Graduate Certficate in Advanced Learning and Leadership (GCALL)
Why do the GCALL?
The GCALL has been designed around a simple idea: that doctoral graduates from this University will make a significant contribution to shaping the world's future. Our belief is that access to the highest levels of Australian tertiary education brings with it great responsibility as well as great potential. Our hope is that training in research will equip you with the knowledge, the research ethics and integrity, and the skills to play a leadership role in your chosen field.
Working in concert with your doctoral study, the GCALL aims to help you:
1. Reach beyond your PhD
The degree of Doctor of Philosophy is increasingly one of specialisation. Your task is to make an original contribution to knowledge, your training is in the research methods of a particular discipline, your focus must necessarily be on the investigation of a specific problem or area.
The GCALL complements PhD study by offering a breadth experience and the chance to develop key skills in interdisciplinary problem-solving and teamwork. The GCALL will give you a new perspective on where your research fits in to a bigger picture, and on how you can begin to apply the skills and experiences of your research training to new challenges.
2. Understand who you are and where your PhD can take you
Surprisingly little is known about the career trajectories of Australian PhD graduates. What is clear is that fewer than fifty per cent will go to have an academic career, and that graduates are increasingly seeking and finding work in a wide range of sectors. With choice and opportunity can come uncertainty. One of the overarching aims of the GCALL is to enable you to understand more about your self, your capabilities and your ambitions - whatever these may be. What contribution will you make, professionally and to your community? How can you define and start working towards goals that are truly meaningful for you?
3. Get the employability edge
PhD graduates are valued by employers for their initiative, intellectual ability and the capacity to work autonomously. Research conducted by the UK Grad Programme has shown that they can also be perceived as lacking interpersonal and team-working skills, flexibility and adaptability and commercial awareness. The GCALL will enable you to develop, extend and demonstrate these skills through practical activities, targeted assessment and guided self-reflection.
4. Meet some extraordinary people
The GCALL will bring you into contact with some of Australia's finest minds. A wide range of experts - community and corporate leaders as well as academics - have been involved in the design and delivery of the curriculum, ensuring that it draws on experiences, insights and knowledge from every sector. The GCALL also creates an intimate context for the exchange of ideas, bringing into small-group discussion speakers you might otherwise only see in the context of a large public lecture or televised address.
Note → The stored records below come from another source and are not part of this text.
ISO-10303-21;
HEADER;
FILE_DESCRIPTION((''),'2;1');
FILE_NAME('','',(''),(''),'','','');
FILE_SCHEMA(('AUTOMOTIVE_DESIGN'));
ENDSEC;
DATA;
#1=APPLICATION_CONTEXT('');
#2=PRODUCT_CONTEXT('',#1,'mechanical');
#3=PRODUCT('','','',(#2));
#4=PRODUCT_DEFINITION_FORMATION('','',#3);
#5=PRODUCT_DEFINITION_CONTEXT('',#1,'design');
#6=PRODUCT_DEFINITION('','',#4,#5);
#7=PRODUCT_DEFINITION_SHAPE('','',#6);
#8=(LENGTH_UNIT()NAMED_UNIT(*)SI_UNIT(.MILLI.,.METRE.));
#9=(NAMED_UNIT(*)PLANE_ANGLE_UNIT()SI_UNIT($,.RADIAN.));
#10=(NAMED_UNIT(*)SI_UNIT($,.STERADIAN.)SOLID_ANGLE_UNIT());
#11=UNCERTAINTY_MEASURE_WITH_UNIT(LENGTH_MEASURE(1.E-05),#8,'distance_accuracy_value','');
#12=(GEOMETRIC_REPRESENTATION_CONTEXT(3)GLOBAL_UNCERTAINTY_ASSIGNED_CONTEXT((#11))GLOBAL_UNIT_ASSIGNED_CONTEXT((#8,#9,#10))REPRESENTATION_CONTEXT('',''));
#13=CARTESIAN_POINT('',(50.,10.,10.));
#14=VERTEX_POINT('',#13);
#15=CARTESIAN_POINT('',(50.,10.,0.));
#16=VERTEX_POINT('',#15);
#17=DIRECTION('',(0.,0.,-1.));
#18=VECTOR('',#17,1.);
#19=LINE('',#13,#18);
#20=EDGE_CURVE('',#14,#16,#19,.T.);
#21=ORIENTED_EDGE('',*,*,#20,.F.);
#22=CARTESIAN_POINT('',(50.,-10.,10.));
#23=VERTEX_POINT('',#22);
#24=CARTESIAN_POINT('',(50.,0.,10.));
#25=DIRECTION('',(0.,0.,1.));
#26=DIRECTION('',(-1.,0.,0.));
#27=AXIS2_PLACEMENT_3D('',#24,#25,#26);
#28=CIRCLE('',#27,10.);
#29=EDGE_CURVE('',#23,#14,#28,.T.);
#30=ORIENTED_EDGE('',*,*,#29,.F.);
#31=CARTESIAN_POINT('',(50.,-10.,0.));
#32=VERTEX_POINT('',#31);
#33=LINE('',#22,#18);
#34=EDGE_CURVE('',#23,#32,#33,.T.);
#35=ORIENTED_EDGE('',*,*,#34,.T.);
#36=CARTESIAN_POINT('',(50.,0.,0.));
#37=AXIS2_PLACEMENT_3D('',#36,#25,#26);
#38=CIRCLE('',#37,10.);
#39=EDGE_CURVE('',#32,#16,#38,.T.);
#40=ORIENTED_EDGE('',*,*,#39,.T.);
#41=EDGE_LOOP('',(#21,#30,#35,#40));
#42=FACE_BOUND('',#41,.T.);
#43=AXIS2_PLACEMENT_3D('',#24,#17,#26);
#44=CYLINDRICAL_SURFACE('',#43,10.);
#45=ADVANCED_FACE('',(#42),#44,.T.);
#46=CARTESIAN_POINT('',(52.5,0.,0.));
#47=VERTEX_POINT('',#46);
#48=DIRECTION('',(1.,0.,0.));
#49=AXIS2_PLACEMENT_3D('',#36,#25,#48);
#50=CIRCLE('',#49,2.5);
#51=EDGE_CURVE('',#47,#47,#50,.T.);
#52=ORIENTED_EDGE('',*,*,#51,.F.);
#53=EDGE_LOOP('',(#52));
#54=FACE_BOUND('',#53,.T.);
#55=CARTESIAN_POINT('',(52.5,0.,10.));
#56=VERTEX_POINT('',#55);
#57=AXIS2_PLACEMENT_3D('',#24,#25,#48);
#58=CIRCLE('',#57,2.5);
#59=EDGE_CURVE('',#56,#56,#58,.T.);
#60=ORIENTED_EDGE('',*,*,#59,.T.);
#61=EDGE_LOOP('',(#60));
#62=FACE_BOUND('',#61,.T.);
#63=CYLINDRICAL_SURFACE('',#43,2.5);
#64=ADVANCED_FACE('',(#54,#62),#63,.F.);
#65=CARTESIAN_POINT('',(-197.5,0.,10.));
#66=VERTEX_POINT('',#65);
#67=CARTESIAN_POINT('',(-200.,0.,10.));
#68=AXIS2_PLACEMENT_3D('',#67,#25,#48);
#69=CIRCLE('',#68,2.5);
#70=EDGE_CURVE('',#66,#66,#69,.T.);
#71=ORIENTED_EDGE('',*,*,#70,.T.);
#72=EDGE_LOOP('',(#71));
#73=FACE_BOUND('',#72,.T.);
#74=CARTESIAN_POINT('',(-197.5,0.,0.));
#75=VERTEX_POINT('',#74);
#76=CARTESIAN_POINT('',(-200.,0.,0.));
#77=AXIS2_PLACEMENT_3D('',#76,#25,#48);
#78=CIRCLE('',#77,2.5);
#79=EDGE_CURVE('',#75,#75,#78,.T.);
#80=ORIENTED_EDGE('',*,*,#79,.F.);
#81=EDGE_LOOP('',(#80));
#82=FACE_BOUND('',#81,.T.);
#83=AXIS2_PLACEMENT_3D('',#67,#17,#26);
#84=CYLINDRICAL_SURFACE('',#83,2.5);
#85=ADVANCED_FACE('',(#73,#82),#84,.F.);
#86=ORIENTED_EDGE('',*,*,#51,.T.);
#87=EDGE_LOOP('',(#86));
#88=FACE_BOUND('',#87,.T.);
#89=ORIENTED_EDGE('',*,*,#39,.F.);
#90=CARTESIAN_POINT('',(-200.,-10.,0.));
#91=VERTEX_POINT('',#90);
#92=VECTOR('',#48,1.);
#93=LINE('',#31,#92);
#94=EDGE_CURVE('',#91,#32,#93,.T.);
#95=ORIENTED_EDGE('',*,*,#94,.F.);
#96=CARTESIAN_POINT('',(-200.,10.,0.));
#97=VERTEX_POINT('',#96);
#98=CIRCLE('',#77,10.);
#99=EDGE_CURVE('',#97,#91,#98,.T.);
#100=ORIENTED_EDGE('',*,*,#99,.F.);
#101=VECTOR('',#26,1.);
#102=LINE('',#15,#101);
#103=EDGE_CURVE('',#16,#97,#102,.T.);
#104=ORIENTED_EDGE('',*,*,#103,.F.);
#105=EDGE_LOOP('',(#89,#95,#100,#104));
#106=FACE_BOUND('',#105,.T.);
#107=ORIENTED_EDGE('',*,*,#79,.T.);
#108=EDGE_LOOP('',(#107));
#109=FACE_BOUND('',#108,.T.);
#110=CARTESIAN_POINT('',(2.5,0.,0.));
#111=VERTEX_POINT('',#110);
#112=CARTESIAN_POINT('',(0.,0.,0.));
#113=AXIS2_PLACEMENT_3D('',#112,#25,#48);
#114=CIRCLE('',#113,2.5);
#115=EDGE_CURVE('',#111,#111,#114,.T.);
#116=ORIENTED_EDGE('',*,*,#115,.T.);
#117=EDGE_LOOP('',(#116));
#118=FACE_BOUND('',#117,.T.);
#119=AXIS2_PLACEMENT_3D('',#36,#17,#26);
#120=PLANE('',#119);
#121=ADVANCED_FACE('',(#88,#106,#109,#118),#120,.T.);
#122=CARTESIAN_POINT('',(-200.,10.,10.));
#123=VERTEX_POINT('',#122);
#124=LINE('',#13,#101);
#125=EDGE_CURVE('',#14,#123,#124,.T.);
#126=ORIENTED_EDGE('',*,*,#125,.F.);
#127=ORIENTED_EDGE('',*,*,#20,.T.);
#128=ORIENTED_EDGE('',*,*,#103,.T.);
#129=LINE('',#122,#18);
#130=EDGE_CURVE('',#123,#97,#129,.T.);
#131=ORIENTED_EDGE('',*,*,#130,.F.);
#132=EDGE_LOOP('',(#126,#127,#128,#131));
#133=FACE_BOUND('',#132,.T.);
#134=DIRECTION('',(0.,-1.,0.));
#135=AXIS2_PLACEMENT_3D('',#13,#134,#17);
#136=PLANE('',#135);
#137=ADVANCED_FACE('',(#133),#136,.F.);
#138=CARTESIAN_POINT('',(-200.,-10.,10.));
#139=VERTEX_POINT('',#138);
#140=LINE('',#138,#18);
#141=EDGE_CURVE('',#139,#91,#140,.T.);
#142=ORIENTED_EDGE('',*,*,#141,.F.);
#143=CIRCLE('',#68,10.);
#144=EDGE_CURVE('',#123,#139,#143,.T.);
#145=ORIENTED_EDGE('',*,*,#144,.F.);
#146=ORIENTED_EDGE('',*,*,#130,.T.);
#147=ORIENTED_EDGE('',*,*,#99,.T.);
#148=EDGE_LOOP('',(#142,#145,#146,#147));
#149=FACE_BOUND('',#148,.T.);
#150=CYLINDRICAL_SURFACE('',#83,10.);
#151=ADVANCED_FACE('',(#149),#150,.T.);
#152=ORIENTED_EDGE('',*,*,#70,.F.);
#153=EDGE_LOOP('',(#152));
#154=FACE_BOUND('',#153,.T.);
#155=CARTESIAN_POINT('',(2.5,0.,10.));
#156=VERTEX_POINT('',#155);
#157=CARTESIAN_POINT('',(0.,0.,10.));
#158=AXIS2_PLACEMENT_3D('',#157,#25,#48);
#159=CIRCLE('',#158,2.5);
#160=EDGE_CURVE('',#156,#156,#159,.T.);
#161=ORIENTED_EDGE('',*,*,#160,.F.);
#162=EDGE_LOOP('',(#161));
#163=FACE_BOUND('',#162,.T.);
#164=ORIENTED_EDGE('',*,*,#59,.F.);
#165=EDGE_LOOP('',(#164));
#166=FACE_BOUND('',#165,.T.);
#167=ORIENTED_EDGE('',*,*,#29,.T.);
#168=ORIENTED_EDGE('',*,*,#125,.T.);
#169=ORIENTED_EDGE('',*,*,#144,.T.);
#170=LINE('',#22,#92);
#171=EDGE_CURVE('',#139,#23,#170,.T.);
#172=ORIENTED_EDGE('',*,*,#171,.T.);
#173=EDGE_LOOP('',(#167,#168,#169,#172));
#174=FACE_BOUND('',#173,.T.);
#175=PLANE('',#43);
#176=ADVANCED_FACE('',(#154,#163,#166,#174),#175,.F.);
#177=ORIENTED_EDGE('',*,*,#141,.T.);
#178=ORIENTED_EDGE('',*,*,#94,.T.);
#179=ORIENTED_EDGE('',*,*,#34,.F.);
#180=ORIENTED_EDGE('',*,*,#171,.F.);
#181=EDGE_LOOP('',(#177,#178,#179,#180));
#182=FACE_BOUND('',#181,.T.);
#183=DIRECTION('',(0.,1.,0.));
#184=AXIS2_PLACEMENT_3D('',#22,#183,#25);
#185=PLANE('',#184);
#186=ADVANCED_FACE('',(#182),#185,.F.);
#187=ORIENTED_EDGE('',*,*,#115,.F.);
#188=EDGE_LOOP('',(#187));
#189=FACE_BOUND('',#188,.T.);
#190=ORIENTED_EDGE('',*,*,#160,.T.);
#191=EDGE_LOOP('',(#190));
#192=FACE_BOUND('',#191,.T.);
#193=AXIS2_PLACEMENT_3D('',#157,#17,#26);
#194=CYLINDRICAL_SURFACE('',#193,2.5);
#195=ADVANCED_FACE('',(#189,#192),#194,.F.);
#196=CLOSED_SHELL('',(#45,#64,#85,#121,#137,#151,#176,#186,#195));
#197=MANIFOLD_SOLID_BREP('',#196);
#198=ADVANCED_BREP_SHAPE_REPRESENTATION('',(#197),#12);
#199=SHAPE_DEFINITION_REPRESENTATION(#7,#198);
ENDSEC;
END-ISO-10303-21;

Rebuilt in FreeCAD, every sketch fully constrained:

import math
import FreeCAD as App
import Part
import Sketcher
from FreeCAD import Vector

doc = App.newDocument("Part")
params = doc.addObject("Spreadsheet::Sheet", "Params")
for row, (alias, value) in enumerate([
    ("sketch1_diameter", "5 mm"),
    ("sketch1_radius", "10 mm"),
    ("sketch1_width", "250 mm"),
    ("pad1_length", "10 mm"),
], start=1):
    params.set(f"A{row}", alias)
    params.set(f"B{row}", "=" + value)
    params.setAlias(f"B{row}", alias)

body = doc.addObject("PartDesign::Body", "Body")

sketch1 = doc.addObject("Sketcher::SketchObject", "Sketch")
body.addObject(sketch1)
sketch1.AttachmentSupport = (doc.XY_Plane, [""])
sketch1.MapMode = "FlatFace"
sketch1.addGeometry([
    Part.LineSegment(Vector(50, 10, 0), Vector(-200, 10, 0)),
    Part.ArcOfCircle(Part.Circle(Vector(-200, 0, 0), Vector(0, 0, 1), 10), math.radians(90), math.radians(270)),
    Part.LineSegment(Vector(-200, -10, 0), Vector(50, -10, 0)),
    Part.ArcOfCircle(Part.Circle(Vector(50, 0, 0), Vector(0, 0, 1), 10), math.radians(-90), math.radians(90)),
    Part.Circle(Vector(-200, 0, 0), Vector(0, 0, 1), 2.5),
    Part.Circle(Vector(0, 0, 0), Vector(0, 0, 1), 2.5),
    Part.Circle(Vector(50, 0, 0), Vector(0, 0, 1), 2.5),
], False)
sketch1.addConstraint([
    Sketcher.Constraint("Tangent", 0, 2, 1, 1),
    Sketcher.Constraint("Tangent", 1, 2, 2, 1),
    Sketcher.Constraint("Tangent", 2, 2, 3, 1),
    Sketcher.Constraint("Tangent", 3, 2, 0, 1),
    Sketcher.Constraint("Horizontal", 0),
    Sketcher.Constraint("Horizontal", 2),
    Sketcher.Constraint("Coincident", 5, 3, -1, 1),
    Sketcher.Constraint("Coincident", 4, 3, 1, 3),
    Sketcher.Constraint("Coincident", 6, 3, 3, 3),
    Sketcher.Constraint("Equal", 4, 5),
    Sketcher.Constraint("Equal", 5, 6),
    Sketcher.Constraint("PointOnObject", 1, 3, -1),
    Sketcher.Constraint("Diameter", 4, 5.0),
    Sketcher.Constraint("Radius", 1, 10.0),
    Sketcher.Constraint("DistanceX", 0, 2, 0, 1, 250.0),
    Sketcher.Constraint("DistanceX", 1, 3, -1, 1, 200.0),
])
sketch1.setExpression("Constraints[12]", "Params.sketch1_diameter")
sketch1.setExpression("Constraints[13]", "Params.sketch1_radius")
sketch1.setExpression("Constraints[14]", "Params.sketch1_width")
pad1 = doc.addObject("PartDesign::Pad", "Pad")
body.addObject(pad1)
pad1.Profile = sketch1
pad1.setExpression("Length", "Params.pad1_length")

doc.recompute()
In addition to these luminaries, the GCALL will bring together like-minded PhD candidates at the cutting edge of their scholarly fields. By building a truly interdisciplinary PhD cohort, the GCALL will facilitate the growth of a network of the leaders of tomorrow.
5. Expand your intellectual horizons
Have you read Machiavelli's The Prince? How would you go about arguing for the ethics of climate change? Could you name the strengths and limitations to of the three most popular approaches to project management?
Stepping outside the often all-encompassing world of your own research, Ethical Leadership and The Futures Project will introduce you to new ways of thinking, reasoning and doing, and empower you to engage more critically with some of the key issues of our day.